Choi-Goldman constructed the set C(S) of convex real projective geometric structures on a closed surface S [modulo some natural notion of equivalence]. They give it a topology analogous to the algebraic topology on Teich(S), and aso show that it is a (16g-16)-cell, using coordinates analogous to the Fenchel-Nielsen coordinates.

Moreover, this space has the natural structure of a complex variety (see e.g. this Calegari blogpost for an exposition.)

#### Other things called higher Teichmüller theory

… or that have that label attached to them: the Hitchin Component—but this seems like a very much more algebraic generalisation of Teich(S) (whereas Teich(S) may be seen as a connected component of a space of representations from $\pi_1(S)$ to PSL(2,R), Hitchin components are connected components of spaces of representations into PSL(n,R) for more general n.

Ditto more general spaces of representations [albeit representations with nice geometric properties / motivations, e.g. Anosov representations]

Fock-Goncharov have work in a similar vein (representations of $\pi_1(S)$ into a more general semisimple Lie group.) [see reference below]

### The case of outer space

Outer space $CV_n$ may be defined as the set of all metric tree structures on a bouquet of n circles (slightly more poetically, a rose of n petals), modulo free homotopy. Points in outer space may be specified as pairs (X, h) where X is a graph homotopy-equivalent to the bouquet of n circles, and h is a free homotopy class of homotopy equivalences from X to said bouquet.

It has the structure of a simplicial structure (with open simplices—most vertices are missing.)

$\mathrm{Out}(F_n)$, which may be described as the mapping class group of a bouquet of n circles, acts naturally on $CV_n$ by precomposition of markings.

### The common theme

Given a topological space X, “the Teichmüller space of X” is (should be?), roughly speaking, the set of all “natural [geo]metric structures” on X; a priori this may only be a set, but it may turn out that it can be given additional structure, possibly in nice ways.

I’m not sure there is a systematic way to make “natural [geo]metric structure” more precise at the moment, or that we can more systematically specify when and how we can endow what is a priori the set that is Teichmüller space with more structure, or at least not ways of doing this which encompass all the contexts described above.

There is a paper of Grothendieck which axiomatizes (classical) Teichmüller space using the machinery of analytic (and algebraic) geometry, obtaining a description in terms of principal fibre bundles over complex varieties / algebraic curves, but this does not seem to extend to the other contexts (at least not in a straightforward / natural way.

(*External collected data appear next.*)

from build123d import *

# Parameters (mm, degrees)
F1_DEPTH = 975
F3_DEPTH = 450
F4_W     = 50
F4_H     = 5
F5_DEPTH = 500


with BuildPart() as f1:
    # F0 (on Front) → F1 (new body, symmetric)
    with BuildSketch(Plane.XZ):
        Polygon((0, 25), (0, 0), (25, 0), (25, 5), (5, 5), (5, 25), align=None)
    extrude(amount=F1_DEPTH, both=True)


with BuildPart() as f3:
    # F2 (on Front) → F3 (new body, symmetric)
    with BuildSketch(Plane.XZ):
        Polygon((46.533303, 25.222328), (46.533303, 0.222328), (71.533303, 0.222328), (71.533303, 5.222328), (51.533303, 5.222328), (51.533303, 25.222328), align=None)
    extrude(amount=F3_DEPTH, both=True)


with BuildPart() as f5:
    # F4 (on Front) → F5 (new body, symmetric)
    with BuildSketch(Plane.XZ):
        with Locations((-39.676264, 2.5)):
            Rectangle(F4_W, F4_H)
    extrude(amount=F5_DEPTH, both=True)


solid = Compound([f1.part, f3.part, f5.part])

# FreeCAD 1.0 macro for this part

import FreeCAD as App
import Part
import Sketcher
from FreeCAD import Vector
Q = App.Units.Quantity

doc = App.newDocument("Part")
body = doc.addObject("PartDesign::Body", "Body")

# Sketch on XZ plane
sketch1 = body.newObject("Sketcher::SketchObject", "Sketch")
sketch1.AttachmentSupport = (doc.getObject("XZ_Plane"), [""])
sketch1.MapMode = "FlatFace"
sketch1.addGeometry(Part.LineSegment(Vector(0, 25, 0), Vector(0, 0, 0)), False)
sketch1.addGeometry(Part.LineSegment(Vector(0, 0, 0), Vector(25, 0, 0)), False)
sketch1.addGeometry(Part.LineSegment(Vector(25, 0, 0), Vector(25, 5, 0)), False)
sketch1.addGeometry(Part.LineSegment(Vector(25, 5, 0), Vector(5, 5, 0)), False)
sketch1.addGeometry(Part.LineSegment(Vector(5, 5, 0), Vector(5, 25, 0)), False)
sketch1.addGeometry(Part.LineSegment(Vector(5, 25, 0), Vector(0, 25, 0)), False)
sketch1.addConstraint(Sketcher.Constraint("Coincident", 0, 2, 1, 1))
sketch1.addConstraint(Sketcher.Constraint("Coincident", 1, 2, 2, 1))
sketch1.addConstraint(Sketcher.Constraint("Coincident", 2, 2, 3, 1))
sketch1.addConstraint(Sketcher.Constraint("Coincident", 3, 2, 4, 1))
sketch1.addConstraint(Sketcher.Constraint("Coincident", 4, 2, 5, 1))
sketch1.addConstraint(Sketcher.Constraint("Coincident", 5, 2, 0, 1))
sketch1.addConstraint(Sketcher.Constraint("Vertical", 0))
sketch1.addConstraint(Sketcher.Constraint("Horizontal", 1))
sketch1.addConstraint(Sketcher.Constraint("Vertical", 2))
sketch1.addConstraint(Sketcher.Constraint("Horizontal", 3))
sketch1.addConstraint(Sketcher.Constraint("Vertical", 4))
sketch1.addConstraint(Sketcher.Constraint("Horizontal", 5))
sketch1.addConstraint(Sketcher.Constraint("Coincident", 0, 2, -1, 1))
sketch1.addConstraint(Sketcher.Constraint("Equal", 1, 0))
sketch1.addConstraint(Sketcher.Constraint("Equal", 5, 2))
sketch1.addConstraint(Sketcher.Constraint("DistanceX", 1, 1, 1, 2, Q("25 mm")))
sketch1.addConstraint(Sketcher.Constraint("DistanceX", 3, 2, 3, 1, Q("20 mm")))
pad1 = body.newObject("PartDesign::Pad", "Pad")
pad1.Profile = sketch1
pad1.Length = 1950
pad1.Midplane = True
body2 = doc.addObject("PartDesign::Body", "Body001")

# Sketch on XZ plane
sketch2 = body2.newObject("Sketcher::SketchObject", "Sketch001")
sketch2.AttachmentSupport = (doc.getObject("XZ_Plane001"), [""])
sketch2.MapMode = "FlatFace"
sketch2.addGeometry(Part.LineSegment(Vector(46.533303, 25.222328, 0), Vector(46.533303, 0.222328, 0)), False)
sketch2.addGeometry(Part.LineSegment(Vector(46.533303, 0.222328, 0), Vector(71.533303, 0.222328, 0)), False)
sketch2.addGeometry(Part.LineSegment(Vector(71.533303, 0.222328, 0), Vector(71.533303, 5.222328, 0)), False)
sketch2.addGeometry(Part.LineSegment(Vector(71.533303, 5.222328, 0), Vector(51.533303, 5.222328, 0)), False)
sketch2.addGeometry(Part.LineSegment(Vector(51.533303, 5.222328, 0), Vector(51.533303, 25.222328, 0)), False)
sketch2.addGeometry(Part.LineSegment(Vector(51.533303, 25.222328, 0), Vector(46.533303, 25.222328, 0)), False)
sketch2.addConstraint(Sketcher.Constraint("Coincident", 0, 2, 1, 1))
sketch2.addConstraint(Sketcher.Constraint("Coincident", 1, 2, 2, 1))
sketch2.addConstraint(Sketcher.Constraint("Coincident", 2, 2, 3, 1))
sketch2.addConstraint(Sketcher.Constraint("Coincident", 3, 2, 4, 1))
sketch2.addConstraint(Sketcher.Constraint("Coincident", 4, 2, 5, 1))
sketch2.addConstraint(Sketcher.Constraint("Coincident", 5, 2, 0, 1))
sketch2.addConstraint(Sketcher.Constraint("Vertical", 0))
sketch2.addConstraint(Sketcher.Constraint("Horizontal", 1))
sketch2.addConstraint(Sketcher.Constraint("Vertical", 2))
sketch2.addConstraint(Sketcher.Constraint("Horizontal", 3))
sketch2.addConstraint(Sketcher.Constraint("Vertical", 4))
sketch2.addConstraint(Sketcher.Constraint("Horizontal", 5))
sketch2.addConstraint(Sketcher.Constraint("Equal", 1, 0))
sketch2.addConstraint(Sketcher.Constraint("Equal", 5, 2))
sketch2.addConstraint(Sketcher.Constraint("DistanceX", 1, 1, 1, 2, Q("25 mm")))
sketch2.addConstraint(Sketcher.Constraint("DistanceX", 3, 2, 3, 1, Q("20 mm")))
sketch2.addConstraint(Sketcher.Constraint("DistanceY", -1, 1, 4, 2, Q("25.222328 mm")))
sketch2.addConstraint(Sketcher.Constraint("DistanceX", -1, 1, 0, 2, Q("46.533303 mm")))
pad2 = body2.newObject("PartDesign::Pad", "Pad001")
pad2.Profile = sketch2
pad2.Length = 900
pad2.Midplane = True
body3 = doc.addObject("PartDesign::Body", "Body002")

# Sketch on XZ plane
sketch3 = body3.newObject("Sketcher::SketchObject", "Sketch002")
sketch3.AttachmentSupport = (doc.getObject("XZ_Plane002"), [""])
sketch3.MapMode = "FlatFace"
sketch3.addGeometry(Part.LineSegment(Vector(-64.676264, 5, 0), Vector(-64.676264, 0, 0)), False)
sketch3.addGeometry(Part.LineSegment(Vector(-64.676264, 0, 0), Vector(-14.676264, 0, 0)), False)
sketch3.addGeometry(Part.LineSegment(Vector(-14.676264, 0, 0), Vector(-14.676264, 5, 0)), False)
sketch3.addGeometry(Part.LineSegment(Vector(-14.676264, 5, 0), Vector(-64.676264, 5, 0)), False)
sketch3.addConstraint(Sketcher.Constraint("Coincident", 0, 2, 1, 1))
sketch3.addConstraint(Sketcher.Constraint("Coincident", 1, 2, 2, 1))
sketch3.addConstraint(Sketcher.Constraint("Coincident", 2, 2, 3, 1))
sketch3.addConstraint(Sketcher.Constraint("Coincident", 3, 2, 0, 1))
sketch3.addConstraint(Sketcher.Constraint("Vertical", 0))
sketch3.addConstraint(Sketcher.Constraint("Horizontal", 1))
sketch3.addConstraint(Sketcher.Constraint("Vertical", 2))
sketch3.addConstraint(Sketcher.Constraint("Horizontal", 3))
sketch3.addConstraint(Sketcher.Constraint("PointOnObject", 0, 2, -1))
sketch3.addConstraint(Sketcher.Constraint("DistanceX", 1, 1, 1, 2, Q("50 mm")))
sketch3.addConstraint(Sketcher.Constraint("DistanceY", 0, 2, 0, 1, Q("5 mm")))
sketch3.addConstraint(Sketcher.Constraint("DistanceX", 0, 2, -1, 1, Q("64.676264 mm")))
pad3 = body3.newObject("PartDesign::Pad", "Pad002")
pad3.Profile = sketch3
pad3.Length = 1000
pad3.Midplane = True

doc.recompute()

This level of (im)precision is not unlike that which surrounds the notion of a moduli space at the moment. (See Wikipedia article on moduli spaces: “Moduli spaces are spaces of solutions of geometric classification problems”)

Maybe it’s more productive that way, at least as things stand—to leverage the intuitive power of the metaphor without explicitly worrying about trying to make the metaphor categorically precise.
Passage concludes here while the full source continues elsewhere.